Good point -- will test the continuity on both the bars I used. Thanks of the info on the circuit board also possibly being an issue.

EDIT: Tested both bars and both have full continuity.

Is the circuit board in question in the 'back' of the unit, or do I need to pull the sealing chamber off to get to it?

TIA,


----------



## daveb (Aug 3, 2019)

The circuit card? It's buried in the bowels. But it's easier to get to than it looks. While I was in there I also terminated the vacuum port line as per the rep that was a high failure item. 

I'll be talking to him again soon. Dropped the damn thing while moving it off the cart I keep it on.
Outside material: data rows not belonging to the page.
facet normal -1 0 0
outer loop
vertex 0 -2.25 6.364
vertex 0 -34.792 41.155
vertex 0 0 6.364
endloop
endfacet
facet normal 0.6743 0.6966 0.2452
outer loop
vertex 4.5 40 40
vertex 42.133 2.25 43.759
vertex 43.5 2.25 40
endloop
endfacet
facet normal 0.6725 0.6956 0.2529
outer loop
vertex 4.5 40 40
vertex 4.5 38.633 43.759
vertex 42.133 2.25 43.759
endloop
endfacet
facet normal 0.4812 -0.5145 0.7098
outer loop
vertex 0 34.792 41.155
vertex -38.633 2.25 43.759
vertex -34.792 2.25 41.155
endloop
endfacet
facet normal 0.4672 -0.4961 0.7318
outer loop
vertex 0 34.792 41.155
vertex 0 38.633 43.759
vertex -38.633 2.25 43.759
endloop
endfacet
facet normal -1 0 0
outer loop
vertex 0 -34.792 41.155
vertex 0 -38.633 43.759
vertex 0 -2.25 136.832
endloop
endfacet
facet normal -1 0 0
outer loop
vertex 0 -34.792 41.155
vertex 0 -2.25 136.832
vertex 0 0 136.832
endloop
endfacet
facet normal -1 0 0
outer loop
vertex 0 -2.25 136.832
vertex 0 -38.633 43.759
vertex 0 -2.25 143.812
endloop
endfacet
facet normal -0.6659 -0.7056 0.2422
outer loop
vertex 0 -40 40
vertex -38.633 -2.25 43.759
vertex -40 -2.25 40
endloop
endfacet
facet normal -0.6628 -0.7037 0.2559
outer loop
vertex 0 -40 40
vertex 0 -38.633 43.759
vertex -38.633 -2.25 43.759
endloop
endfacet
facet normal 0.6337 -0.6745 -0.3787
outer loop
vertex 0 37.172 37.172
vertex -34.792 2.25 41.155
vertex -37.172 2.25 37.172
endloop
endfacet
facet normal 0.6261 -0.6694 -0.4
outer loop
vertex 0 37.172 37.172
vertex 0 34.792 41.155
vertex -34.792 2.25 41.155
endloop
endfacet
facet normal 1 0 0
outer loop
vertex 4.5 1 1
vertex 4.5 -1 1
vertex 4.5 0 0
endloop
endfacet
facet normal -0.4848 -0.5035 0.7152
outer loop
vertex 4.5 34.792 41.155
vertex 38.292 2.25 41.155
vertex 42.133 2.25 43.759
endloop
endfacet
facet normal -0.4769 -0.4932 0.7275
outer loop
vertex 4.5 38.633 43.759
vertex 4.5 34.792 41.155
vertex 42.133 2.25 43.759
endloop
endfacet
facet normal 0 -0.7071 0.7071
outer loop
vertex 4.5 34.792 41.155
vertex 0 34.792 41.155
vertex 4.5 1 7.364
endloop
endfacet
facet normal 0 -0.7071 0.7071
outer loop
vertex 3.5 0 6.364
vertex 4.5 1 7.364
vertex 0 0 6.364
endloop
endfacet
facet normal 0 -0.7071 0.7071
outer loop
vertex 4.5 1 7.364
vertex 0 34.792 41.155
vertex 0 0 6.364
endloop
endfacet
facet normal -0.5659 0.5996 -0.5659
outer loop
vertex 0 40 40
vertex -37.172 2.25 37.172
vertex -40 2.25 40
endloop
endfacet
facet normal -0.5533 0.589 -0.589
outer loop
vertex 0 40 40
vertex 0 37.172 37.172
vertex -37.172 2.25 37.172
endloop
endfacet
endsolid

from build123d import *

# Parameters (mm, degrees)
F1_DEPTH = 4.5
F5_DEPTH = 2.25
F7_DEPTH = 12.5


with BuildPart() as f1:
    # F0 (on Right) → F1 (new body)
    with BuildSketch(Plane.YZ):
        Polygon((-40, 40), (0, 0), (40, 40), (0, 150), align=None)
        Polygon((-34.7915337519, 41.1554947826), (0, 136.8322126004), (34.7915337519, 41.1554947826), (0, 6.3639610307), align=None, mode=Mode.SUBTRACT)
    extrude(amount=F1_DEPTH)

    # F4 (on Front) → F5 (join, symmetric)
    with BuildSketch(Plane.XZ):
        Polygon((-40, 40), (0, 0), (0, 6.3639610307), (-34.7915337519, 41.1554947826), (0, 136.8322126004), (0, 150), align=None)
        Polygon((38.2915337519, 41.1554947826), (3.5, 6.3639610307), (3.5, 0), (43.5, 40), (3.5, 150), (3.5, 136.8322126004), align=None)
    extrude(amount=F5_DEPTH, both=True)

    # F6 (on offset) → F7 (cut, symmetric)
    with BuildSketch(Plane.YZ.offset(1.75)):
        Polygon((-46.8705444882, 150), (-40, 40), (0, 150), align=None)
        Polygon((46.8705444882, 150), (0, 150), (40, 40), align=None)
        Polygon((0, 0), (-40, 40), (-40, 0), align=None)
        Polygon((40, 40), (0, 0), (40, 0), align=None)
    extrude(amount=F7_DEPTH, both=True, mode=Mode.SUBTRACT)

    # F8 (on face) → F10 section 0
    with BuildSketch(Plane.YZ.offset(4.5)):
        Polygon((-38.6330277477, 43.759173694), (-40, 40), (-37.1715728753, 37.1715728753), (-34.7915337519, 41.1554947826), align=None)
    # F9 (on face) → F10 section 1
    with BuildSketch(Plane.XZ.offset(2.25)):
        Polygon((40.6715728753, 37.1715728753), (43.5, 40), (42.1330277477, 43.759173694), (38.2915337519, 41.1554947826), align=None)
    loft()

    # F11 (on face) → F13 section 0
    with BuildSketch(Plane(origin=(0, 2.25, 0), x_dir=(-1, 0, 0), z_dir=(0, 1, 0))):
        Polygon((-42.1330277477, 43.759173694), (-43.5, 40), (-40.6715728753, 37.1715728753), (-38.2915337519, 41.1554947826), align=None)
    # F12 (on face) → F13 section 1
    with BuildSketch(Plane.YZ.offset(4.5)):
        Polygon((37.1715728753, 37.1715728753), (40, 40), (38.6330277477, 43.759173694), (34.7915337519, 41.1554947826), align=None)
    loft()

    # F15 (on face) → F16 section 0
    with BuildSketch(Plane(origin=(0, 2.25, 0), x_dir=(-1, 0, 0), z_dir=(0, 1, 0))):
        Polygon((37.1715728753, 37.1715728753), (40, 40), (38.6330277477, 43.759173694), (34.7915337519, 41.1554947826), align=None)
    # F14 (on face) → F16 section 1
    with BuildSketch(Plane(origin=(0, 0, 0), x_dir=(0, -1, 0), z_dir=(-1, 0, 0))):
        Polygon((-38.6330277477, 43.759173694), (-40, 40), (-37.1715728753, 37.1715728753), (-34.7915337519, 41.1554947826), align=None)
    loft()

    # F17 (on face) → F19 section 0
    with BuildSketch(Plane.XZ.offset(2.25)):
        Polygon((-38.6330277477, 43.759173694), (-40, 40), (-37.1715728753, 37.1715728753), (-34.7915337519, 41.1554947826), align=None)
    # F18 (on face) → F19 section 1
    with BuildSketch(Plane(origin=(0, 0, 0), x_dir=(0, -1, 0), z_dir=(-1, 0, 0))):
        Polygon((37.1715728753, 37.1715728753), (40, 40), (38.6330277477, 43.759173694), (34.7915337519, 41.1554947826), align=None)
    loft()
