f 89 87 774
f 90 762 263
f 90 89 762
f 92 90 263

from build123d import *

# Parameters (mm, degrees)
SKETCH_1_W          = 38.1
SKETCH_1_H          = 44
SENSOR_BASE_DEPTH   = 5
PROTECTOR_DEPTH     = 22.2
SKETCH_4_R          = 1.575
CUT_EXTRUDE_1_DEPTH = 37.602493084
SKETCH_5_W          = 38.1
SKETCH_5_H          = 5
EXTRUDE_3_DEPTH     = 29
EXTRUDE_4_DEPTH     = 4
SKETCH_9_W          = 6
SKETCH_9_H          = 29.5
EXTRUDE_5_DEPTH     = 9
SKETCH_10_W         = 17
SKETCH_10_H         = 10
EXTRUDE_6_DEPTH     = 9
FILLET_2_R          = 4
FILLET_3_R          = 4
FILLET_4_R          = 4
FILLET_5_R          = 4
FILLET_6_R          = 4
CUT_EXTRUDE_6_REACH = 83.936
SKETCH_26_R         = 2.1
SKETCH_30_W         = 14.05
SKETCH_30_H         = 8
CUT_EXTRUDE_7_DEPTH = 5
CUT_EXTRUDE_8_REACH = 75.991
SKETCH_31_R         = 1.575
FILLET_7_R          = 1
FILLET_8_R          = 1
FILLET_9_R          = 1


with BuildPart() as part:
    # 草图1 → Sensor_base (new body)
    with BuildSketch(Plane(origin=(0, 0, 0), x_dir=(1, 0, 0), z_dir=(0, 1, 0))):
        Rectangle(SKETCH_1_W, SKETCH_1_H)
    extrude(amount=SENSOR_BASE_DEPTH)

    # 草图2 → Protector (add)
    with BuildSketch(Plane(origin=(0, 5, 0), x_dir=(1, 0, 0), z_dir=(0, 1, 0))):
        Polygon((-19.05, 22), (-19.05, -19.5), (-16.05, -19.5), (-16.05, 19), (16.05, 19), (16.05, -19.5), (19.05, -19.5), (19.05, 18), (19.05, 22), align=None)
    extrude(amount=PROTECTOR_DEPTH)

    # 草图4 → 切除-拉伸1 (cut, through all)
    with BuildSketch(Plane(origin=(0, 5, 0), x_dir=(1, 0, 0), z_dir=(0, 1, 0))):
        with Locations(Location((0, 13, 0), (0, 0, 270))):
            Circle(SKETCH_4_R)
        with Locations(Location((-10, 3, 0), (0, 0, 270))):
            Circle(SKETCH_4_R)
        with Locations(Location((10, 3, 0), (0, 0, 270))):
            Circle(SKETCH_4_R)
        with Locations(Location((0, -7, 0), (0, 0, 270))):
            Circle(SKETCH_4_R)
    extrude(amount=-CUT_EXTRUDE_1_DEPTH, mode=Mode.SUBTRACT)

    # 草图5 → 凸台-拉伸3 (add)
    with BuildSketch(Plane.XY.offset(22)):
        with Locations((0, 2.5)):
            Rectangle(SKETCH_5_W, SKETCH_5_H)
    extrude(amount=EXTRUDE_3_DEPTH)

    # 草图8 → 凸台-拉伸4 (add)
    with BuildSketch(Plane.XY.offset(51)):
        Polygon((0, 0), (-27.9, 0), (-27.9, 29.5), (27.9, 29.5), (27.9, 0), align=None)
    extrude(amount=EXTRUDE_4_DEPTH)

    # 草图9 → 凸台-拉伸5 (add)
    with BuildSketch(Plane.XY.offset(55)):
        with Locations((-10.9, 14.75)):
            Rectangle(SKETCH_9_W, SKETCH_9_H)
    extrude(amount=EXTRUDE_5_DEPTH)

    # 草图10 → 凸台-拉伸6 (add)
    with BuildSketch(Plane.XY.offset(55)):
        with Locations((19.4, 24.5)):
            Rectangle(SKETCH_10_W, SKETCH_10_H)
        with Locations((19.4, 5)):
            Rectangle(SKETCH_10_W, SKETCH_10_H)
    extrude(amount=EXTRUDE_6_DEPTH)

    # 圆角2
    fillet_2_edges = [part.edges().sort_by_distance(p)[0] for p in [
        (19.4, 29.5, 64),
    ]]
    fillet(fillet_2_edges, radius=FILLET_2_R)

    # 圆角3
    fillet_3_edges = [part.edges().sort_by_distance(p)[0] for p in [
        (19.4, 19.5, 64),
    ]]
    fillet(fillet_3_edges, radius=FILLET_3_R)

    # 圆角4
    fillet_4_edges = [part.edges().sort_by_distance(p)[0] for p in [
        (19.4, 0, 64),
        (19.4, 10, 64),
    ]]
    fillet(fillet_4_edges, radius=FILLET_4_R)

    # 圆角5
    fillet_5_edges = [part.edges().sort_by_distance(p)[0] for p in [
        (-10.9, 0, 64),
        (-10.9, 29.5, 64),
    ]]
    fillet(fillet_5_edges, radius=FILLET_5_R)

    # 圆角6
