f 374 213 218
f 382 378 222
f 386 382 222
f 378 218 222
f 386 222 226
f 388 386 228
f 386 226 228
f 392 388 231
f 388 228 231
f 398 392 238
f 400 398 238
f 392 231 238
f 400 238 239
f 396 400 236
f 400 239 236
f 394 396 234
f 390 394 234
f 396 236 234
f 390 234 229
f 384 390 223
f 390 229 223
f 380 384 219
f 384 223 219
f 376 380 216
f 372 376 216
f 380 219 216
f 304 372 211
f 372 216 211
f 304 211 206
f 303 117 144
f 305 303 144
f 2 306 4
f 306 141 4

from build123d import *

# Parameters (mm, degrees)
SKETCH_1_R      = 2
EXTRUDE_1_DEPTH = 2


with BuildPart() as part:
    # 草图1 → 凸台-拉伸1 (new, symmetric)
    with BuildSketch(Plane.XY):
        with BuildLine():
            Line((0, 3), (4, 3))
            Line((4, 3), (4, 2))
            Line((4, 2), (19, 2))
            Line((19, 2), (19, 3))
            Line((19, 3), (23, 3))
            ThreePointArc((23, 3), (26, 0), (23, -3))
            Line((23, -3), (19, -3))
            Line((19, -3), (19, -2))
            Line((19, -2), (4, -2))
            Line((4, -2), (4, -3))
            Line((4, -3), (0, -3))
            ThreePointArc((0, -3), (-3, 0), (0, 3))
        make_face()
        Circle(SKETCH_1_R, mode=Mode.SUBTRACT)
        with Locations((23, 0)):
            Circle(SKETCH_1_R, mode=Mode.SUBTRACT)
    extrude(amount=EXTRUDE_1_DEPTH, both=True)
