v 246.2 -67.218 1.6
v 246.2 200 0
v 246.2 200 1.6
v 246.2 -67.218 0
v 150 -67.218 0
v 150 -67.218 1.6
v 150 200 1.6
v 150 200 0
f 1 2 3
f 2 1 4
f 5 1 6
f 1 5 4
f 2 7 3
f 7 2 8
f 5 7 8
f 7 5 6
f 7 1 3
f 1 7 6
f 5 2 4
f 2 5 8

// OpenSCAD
breadth = 100;
depth = 20;

height = breadth;
wall = 2;
slope = 4.3987;

notch = wall/4;
slot = wall;
slath = height/3;
thin = 0.8;
give = .4;

buttspan = .1875 * breadth * 4;
butttail = 1.4 * depth * 2;
buttslope = 1.27*45;

*union() {
    cube([breadth,depth,wall]);

    
difference() {
union() {
    translate([wall,0,0]) rotate([slope,0,0]) cube([breadth-(wall-notch)*2,slot,slath]);
    
    translate([wall,wall*2,0]) rotate([slope,0,0]) cube([breadth-(wall-notch)*2,thin,slath]);
    }

    translate([0,-wall*2,wall*2]) translate([wall*2,0,0]) rotate([slope,0,0]) color([0.7,0.3,0.3]) cube([breadth-(wall-notch)*5,wall*5,slath-wall]);
}
    
    

difference() {
union() {
    translate([wall,depth-wall,0]) rotate([slope,0,0]) cube([breadth-(wall-notch)*2,slot,slath]);
    
    translate([wall,depth-wall*2-thin,0]) rotate([slope,0,0]) cube([breadth-(wall-notch)*2,thin,slath]);   
    
    }
    
    translate([0,-wall*2,wall*2]) translate([wall*2,depth-wall,0]) rotate([slope,0,0]) color([0.7,0.3,0.3]) cube([breadth-(wall-notch)*5,wall*3,slath-wall]);
}

        
    
difference() {
    union() { 

        rotate([slope,0,0]) cube([wall,depth,height]);
        translate([breadth-wall,0,0]) rotate([slope,0,0]) cube([wall,depth,height]);

        translate([breadth/2-buttspan/4,butttail/3,-butttail*sqrt(2)/2]) rotate([buttslope,0,0]) color([1,0,0]) cube([buttspan/2,butttail,butttail]);
    }
    
        translate([breadth/2-buttspan/2,wall,-wall*2]) color([0,.5,.5]) rotate([slope,0,0]) cube(buttspan, butttail, butttail);
   
        translate([breadth/2-buttspan/2,-buttspan/1.25,-buttspan*1.5]) color([0,.5,.5]) cube([buttspan, buttspan*1.5,buttspan*1.5]);
    
    translate([wall-notch,wall,wall-notch]) color([0,0,1]) rotate([slope,0,0]) cube([breadth-(wall-notch)*2,slot,height]);
    
    translate([wall-notch,depth-wall*2,wall-notch]) color([0,0,1]) rotate([slope,0,0]) cube([breadth-(wall-notch)*2,slot,height]);
}

}

length = breadth-(wall-notch+give)*2;

translate([breadth*1.5,height*2,0]) { 

//sten = "";
sten = "hack_tower.png";
stenw = 202;
stenh = 580;
tower = length/stenw*stenh;
scale = tower/stenh*.90;
grays = 1/256;
hollow = wall-1.5;
gutter = 9;
    
echo(hollow);


    union()    {
    difference() {
union() {
    rotate([90,0,0]) color([0,1,0]) cube([length,slot-give,tower-gutter]);

   * rotate([90,0,0]) color([0,0,1]) cube([breadth,slot-give,height]);
}

    translate([breadth-breadth*.95,-tower*.95+gutter,wall-hollow+1]) scale([scale,scale,grays*wall*slot*2]) surface(file=sten, invert=true); 
    }
    
    *for(i = [20+gutter:26:tower*.9]) {
    translate([i<tower*.6?0:length*.3,i-tower,0]) color([.5,0,.5]) cube([i<tower*.6?length:(length*.4), thin, thin]);
    }
    
    *translate([0,35-tower,0]) color([.5,0,.5]) cube([length, thin, thin]);
    
    *translate([length/2+.5,-tower*.341+gutter+1,0]) color([.5,0,.5]) cube([thin,15,thin]);
}
}


*render() {
translate([0,depth*4,0]) { 

sten = "test.png";
stenw = 400;
stenh = 400;
scale = slath/stenh*.9;
grays = 1/256;
hollow = wall-1.5;
echo(hollow);

    difference() {
        rotate([90,0,0]) color([0,1,0]) cube([length,slot-give,slath]);

        translate([length/2-stenh*scale/2,-slath*.95,wall-hollow+1]) scale([scale,scale,grays*wall*slot*2]) surface(file=sten, invert=true); 
    }
}
}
Of course it landed top down.


----------



## WildBoar (Aug 3, 2019)

Thanks. I put the info in an email to their customer service department. Troubleshooting over the phone with them will be a bit of a PIA, since their hours are the same hours I am at the office; I am hoping they can give me some additional checks to perform via email that I can try when I am at home.

Sorry to hear about yours.


----------



## daveb (Aug 3, 2019)

If I can flip a Kiwi I'm going for the 112S....


----------



## SeattleBen (Aug 3, 2019)

yuck.



daveb said:


> I'll be talking to him again soon. Dropped the damn thing while moving it off the cart I keep it on. Of course it landed top down.


----------



## lowercasebill (Aug 4, 2019)

WildBoar said:


> Our 5 year old VP-112 is not sealing. vacuum works fine, pistons activate and push up the bar, but it seems that a circuit is not being completed because the bar does not get warm at all. Last week it would work half the time, but it steadily got worse (1 out of every 3 or 4 tries) and now it is not working at all. I tried another sealing bar, but that did not work either, so it seems machine-related.
> 
> I pulled off the bag-holder assembly and thoroughly cleaned under the mounting plate but that does not appear to tie in to anything and did not make a difference (I wasn't sure what was under it until I pulled it).
> 
> Searched online and could only find info on sealing bar issues, which I have already eliminated as the cause. Anyone had to tear into the internals to fix a problem like this? Right now it is a 500 dollar paperweight. Thanks!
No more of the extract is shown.